§ TASK
Extract, without alteration, each line from the start of the listing to the line bearing "Circle(SKETCH2_R_2, mode=Mode.SUBTRACT)".

>>>>>

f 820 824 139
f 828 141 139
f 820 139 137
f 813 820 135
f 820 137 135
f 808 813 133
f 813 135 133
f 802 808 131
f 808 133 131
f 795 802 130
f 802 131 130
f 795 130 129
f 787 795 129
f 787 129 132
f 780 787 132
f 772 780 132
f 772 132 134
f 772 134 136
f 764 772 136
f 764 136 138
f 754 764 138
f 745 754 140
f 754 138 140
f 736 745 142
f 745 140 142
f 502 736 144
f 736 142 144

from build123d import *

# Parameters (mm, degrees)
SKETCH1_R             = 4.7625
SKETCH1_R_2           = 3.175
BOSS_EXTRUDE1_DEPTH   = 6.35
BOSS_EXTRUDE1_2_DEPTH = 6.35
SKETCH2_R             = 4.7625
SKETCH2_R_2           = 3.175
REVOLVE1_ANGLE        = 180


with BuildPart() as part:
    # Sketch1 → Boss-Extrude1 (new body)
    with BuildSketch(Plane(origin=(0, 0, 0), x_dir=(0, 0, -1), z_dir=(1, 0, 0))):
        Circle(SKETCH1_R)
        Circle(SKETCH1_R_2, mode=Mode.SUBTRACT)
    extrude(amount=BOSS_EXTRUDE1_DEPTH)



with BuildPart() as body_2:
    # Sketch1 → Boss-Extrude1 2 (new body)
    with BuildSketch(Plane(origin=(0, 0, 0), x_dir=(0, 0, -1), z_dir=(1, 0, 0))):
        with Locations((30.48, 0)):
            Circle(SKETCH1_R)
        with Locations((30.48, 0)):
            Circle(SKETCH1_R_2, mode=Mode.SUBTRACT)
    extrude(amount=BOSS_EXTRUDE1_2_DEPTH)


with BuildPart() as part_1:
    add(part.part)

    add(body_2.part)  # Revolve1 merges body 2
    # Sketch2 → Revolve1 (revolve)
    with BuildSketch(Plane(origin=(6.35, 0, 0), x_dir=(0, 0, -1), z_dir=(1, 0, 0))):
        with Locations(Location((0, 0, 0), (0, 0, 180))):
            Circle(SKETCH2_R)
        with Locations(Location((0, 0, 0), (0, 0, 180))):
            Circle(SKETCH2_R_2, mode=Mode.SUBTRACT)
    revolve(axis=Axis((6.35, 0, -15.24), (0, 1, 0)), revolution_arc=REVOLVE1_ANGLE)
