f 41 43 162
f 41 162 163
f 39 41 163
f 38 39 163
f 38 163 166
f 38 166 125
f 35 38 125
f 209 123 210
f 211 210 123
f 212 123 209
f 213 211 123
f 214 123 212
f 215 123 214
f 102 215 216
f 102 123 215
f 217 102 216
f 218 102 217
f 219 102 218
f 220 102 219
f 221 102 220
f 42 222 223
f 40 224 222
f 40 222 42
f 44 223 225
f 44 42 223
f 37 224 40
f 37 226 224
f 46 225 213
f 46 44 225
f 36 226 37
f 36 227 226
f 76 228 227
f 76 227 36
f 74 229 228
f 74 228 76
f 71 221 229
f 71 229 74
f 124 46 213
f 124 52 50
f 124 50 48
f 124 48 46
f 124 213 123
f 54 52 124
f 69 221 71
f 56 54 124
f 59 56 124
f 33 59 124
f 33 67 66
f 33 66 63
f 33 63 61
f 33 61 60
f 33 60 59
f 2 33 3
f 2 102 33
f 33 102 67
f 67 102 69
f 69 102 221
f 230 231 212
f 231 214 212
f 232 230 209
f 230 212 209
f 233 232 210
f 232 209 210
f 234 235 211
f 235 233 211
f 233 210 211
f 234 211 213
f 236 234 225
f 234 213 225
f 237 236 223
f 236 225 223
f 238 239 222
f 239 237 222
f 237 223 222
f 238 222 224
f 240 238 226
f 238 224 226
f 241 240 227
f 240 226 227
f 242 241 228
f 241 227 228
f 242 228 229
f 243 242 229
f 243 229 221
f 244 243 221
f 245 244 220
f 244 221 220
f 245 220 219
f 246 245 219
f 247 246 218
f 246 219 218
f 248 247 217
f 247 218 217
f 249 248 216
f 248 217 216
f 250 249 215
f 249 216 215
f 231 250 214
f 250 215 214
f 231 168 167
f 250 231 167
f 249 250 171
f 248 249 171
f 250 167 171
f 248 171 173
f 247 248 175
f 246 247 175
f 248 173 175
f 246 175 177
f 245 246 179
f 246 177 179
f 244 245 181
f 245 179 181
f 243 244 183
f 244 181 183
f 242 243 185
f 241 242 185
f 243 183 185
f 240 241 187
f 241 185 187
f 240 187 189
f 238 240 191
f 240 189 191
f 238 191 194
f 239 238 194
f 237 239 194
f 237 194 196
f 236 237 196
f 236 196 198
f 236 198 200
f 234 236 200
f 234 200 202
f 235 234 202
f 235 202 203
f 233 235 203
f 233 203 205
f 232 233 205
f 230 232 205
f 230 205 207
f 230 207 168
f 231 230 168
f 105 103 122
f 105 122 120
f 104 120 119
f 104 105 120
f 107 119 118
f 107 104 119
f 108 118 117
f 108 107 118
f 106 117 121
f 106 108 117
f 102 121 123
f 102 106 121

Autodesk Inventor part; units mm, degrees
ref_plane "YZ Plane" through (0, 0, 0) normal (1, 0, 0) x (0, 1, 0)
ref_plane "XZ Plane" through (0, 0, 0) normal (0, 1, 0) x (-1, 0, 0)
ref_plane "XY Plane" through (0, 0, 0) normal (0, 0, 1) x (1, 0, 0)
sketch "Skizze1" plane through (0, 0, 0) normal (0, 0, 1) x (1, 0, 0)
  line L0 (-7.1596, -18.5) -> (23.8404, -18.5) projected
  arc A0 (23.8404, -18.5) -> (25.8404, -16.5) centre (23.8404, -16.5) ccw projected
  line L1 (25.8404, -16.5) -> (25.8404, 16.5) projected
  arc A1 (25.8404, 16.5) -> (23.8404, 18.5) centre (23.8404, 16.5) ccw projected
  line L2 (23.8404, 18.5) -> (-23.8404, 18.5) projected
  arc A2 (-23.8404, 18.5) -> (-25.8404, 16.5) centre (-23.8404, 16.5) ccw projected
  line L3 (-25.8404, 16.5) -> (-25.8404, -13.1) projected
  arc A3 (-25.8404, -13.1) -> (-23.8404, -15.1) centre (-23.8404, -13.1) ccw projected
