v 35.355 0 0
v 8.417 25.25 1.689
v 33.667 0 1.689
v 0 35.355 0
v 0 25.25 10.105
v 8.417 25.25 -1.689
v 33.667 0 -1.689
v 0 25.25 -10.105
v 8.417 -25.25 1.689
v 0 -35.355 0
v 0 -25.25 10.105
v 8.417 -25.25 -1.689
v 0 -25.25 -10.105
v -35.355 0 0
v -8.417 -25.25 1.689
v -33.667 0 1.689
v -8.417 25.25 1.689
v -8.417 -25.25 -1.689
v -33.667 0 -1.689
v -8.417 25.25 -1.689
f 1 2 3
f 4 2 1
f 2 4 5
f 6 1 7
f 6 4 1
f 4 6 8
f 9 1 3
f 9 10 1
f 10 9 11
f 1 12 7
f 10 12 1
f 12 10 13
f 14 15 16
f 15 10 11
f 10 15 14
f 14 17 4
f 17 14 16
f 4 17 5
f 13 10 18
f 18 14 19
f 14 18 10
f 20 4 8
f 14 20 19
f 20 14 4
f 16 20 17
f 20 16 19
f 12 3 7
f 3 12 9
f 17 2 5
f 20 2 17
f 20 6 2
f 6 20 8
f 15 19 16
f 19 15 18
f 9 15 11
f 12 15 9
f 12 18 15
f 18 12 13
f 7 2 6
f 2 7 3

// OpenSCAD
/*
RupertOctahedron

For a polyhedron to be classed as Rupert, it must be possible to cut a hole in it that is large enough for an identical polyhedron to pass through. It sounds impossible, but many polyhedra havethis property, including the octahedron.

This file constructs a octahedron with a hole in it, and a second octahedron of the same size that passes through the hole.

Copyright (C) 2020 Sam Hartburn
This program is free software: you can redistribute it and/or modify
it under the terms of the GNU General Public License as published by
the Free Software Foundation, either version 3 of the License, or
(at your option) any later version.
This program is distributed in the hope that it will be useful,
but WITHOUT ANY WARRANTY; without even the implied warranty of
MERCHANTABILITY or FITNESS FOR A PARTICULAR PURPOSE.  See the
GNU General Public License for more details.
You should have received a copy of the GNU General Public License
along with this program.  If not, see <https://www.gnu.org/licenses/>.
author: Sam Hartburn
email: sam@samhartburn.co.uk
website: www.samhartburn.co.uk
*/

/*
To animate the octahedron passing through the hole, select View->Animate to show the animation settings. Set show_outer and show_unmodified to 1, and show_inner to 0. Enter values in FPS and Steps. I suggest FPS = 30 and Steps = 150.
*/

show_outer=1;
show_inner=0;
show_unmodified=0;

edge_length=50;

//This is what is left of the octahedron after the hole is made
if (show_outer==1) {
    color("DeepSkyBlue") {
        difference() {  
            //This is the octahedron with the hole in it
            octahedron(edge_length);

            //This is the tunnel
            //Made using a projection of the rotated octahedron
            translate([0,0,-edge_length]) {
                linear_extrude(edge_length*2) {
                    projection() {
                        octa2(edge_length*1.01);
                    }
                }
            }
        }
    }
}

//This is piece that is cut out when the hole is made
if (show_inner==1) {
    color("DeepSkyBlue") {
        intersection() {  
            //This is the octahedron with the hole in it
            octahedron(edge_length);

            //This is the tunnel
            //Made using a projection of the rotated octahedron
            translate([0,0,-edge_length]) {
                linear_extrude(edge_length*2) {
                    projection() {
                        octa2(edge_length);
                    }
                }
            }
        }
    }
}

//This is the octahedron rotated to pass through the tunnel
if (show_unmodified==1) {
    color("OrangeRed") {
        translate([0,0,-edge_length*2*$t]) {
            translate([0,0,edge_length*1]) {
                octa2(edge_length);
            }
        }
    }
}

//Function to construct an octahedron
module octahedron(edge) {
    
    coord=edge/sqrt(2);  
       
    points=[[coord,0,0], [-coord,0,0], [0,coord,0], [0,-coord,0], [0,0,coord], [0,0,-coord]];
    
    faces=[[0,4,2],[3,4,0],[1,4,3],[2,4,1],[3,5,1],[1,5,2],[2,5,0],[0,5,3]];
    
    polyhedron(points,faces);
}

//Function to construct a octahedron with the required rotation to pass though the hole
module octa2(edge) {
    
    rotate([0,acos(1/sqrt(3))-acos(sqrt(2/3)),0]) {
        rotate([45,0,0]) {
            octahedron(edge);
        }
    }
    
}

<<<<<

§ OUTPUT BELOW
f 820 824 139
f 828 141 139
f 820 139 137
f 813 820 135
f 820 137 135
f 808 813 133
f 813 135 133
f 802 808 131
f 808 133 131
f 795 802 130
f 802 131 130
f 795 130 129
f 787 795 129
f 787 129 132
f 780 787 132
f 772 780 132
f 772 132 134
f 772 134 136
f 764 772 136
f 764 136 138
f 754 764 138
f 745 754 140
f 754 138 140
f 736 745 142
f 745 140 142
f 502 736 144
f 736 142 144

from build123d import *

# Parameters (mm, degrees)
SKETCH1_R             = 4.7625
SKETCH1_R_2           = 3.175
BOSS_EXTRUDE1_DEPTH   = 6.35
BOSS_EXTRUDE1_2_DEPTH = 6.35
SKETCH2_R             = 4.7625
SKETCH2_R_2           = 3.175
REVOLVE1_ANGLE        = 180


with BuildPart() as part:
    # Sketch1 → Boss-Extrude1 (new body)
    with BuildSketch(Plane(origin=(0, 0, 0), x_dir=(0, 0, -1), z_dir=(1, 0, 0))):
        Circle(SKETCH1_R)
        Circle(SKETCH1_R_2, mode=Mode.SUBTRACT)
    extrude(amount=BOSS_EXTRUDE1_DEPTH)



with BuildPart() as body_2:
    # Sketch1 → Boss-Extrude1 2 (new body)
    with BuildSketch(Plane(origin=(0, 0, 0), x_dir=(0, 0, -1), z_dir=(1, 0, 0))):
        with Locations((30.48, 0)):
            Circle(SKETCH1_R)
        with Locations((30.48, 0)):
            Circle(SKETCH1_R_2, mode=Mode.SUBTRACT)
    extrude(amount=BOSS_EXTRUDE1_2_DEPTH)


with BuildPart() as part_1:
    add(part.part)

    add(body_2.part)  # Revolve1 merges body 2
    # Sketch2 → Revolve1 (revolve)
    with BuildSketch(Plane(origin=(6.35, 0, 0), x_dir=(0, 0, -1), z_dir=(1, 0, 0))):
        with Locations(Location((0, 0, 0), (0, 0, 180))):
            Circle(SKETCH2_R)
        with Locations(Location((0, 0, 0), (0, 0, 180))):
            Circle(SKETCH2_R_2, mode=Mode.SUBTRACT)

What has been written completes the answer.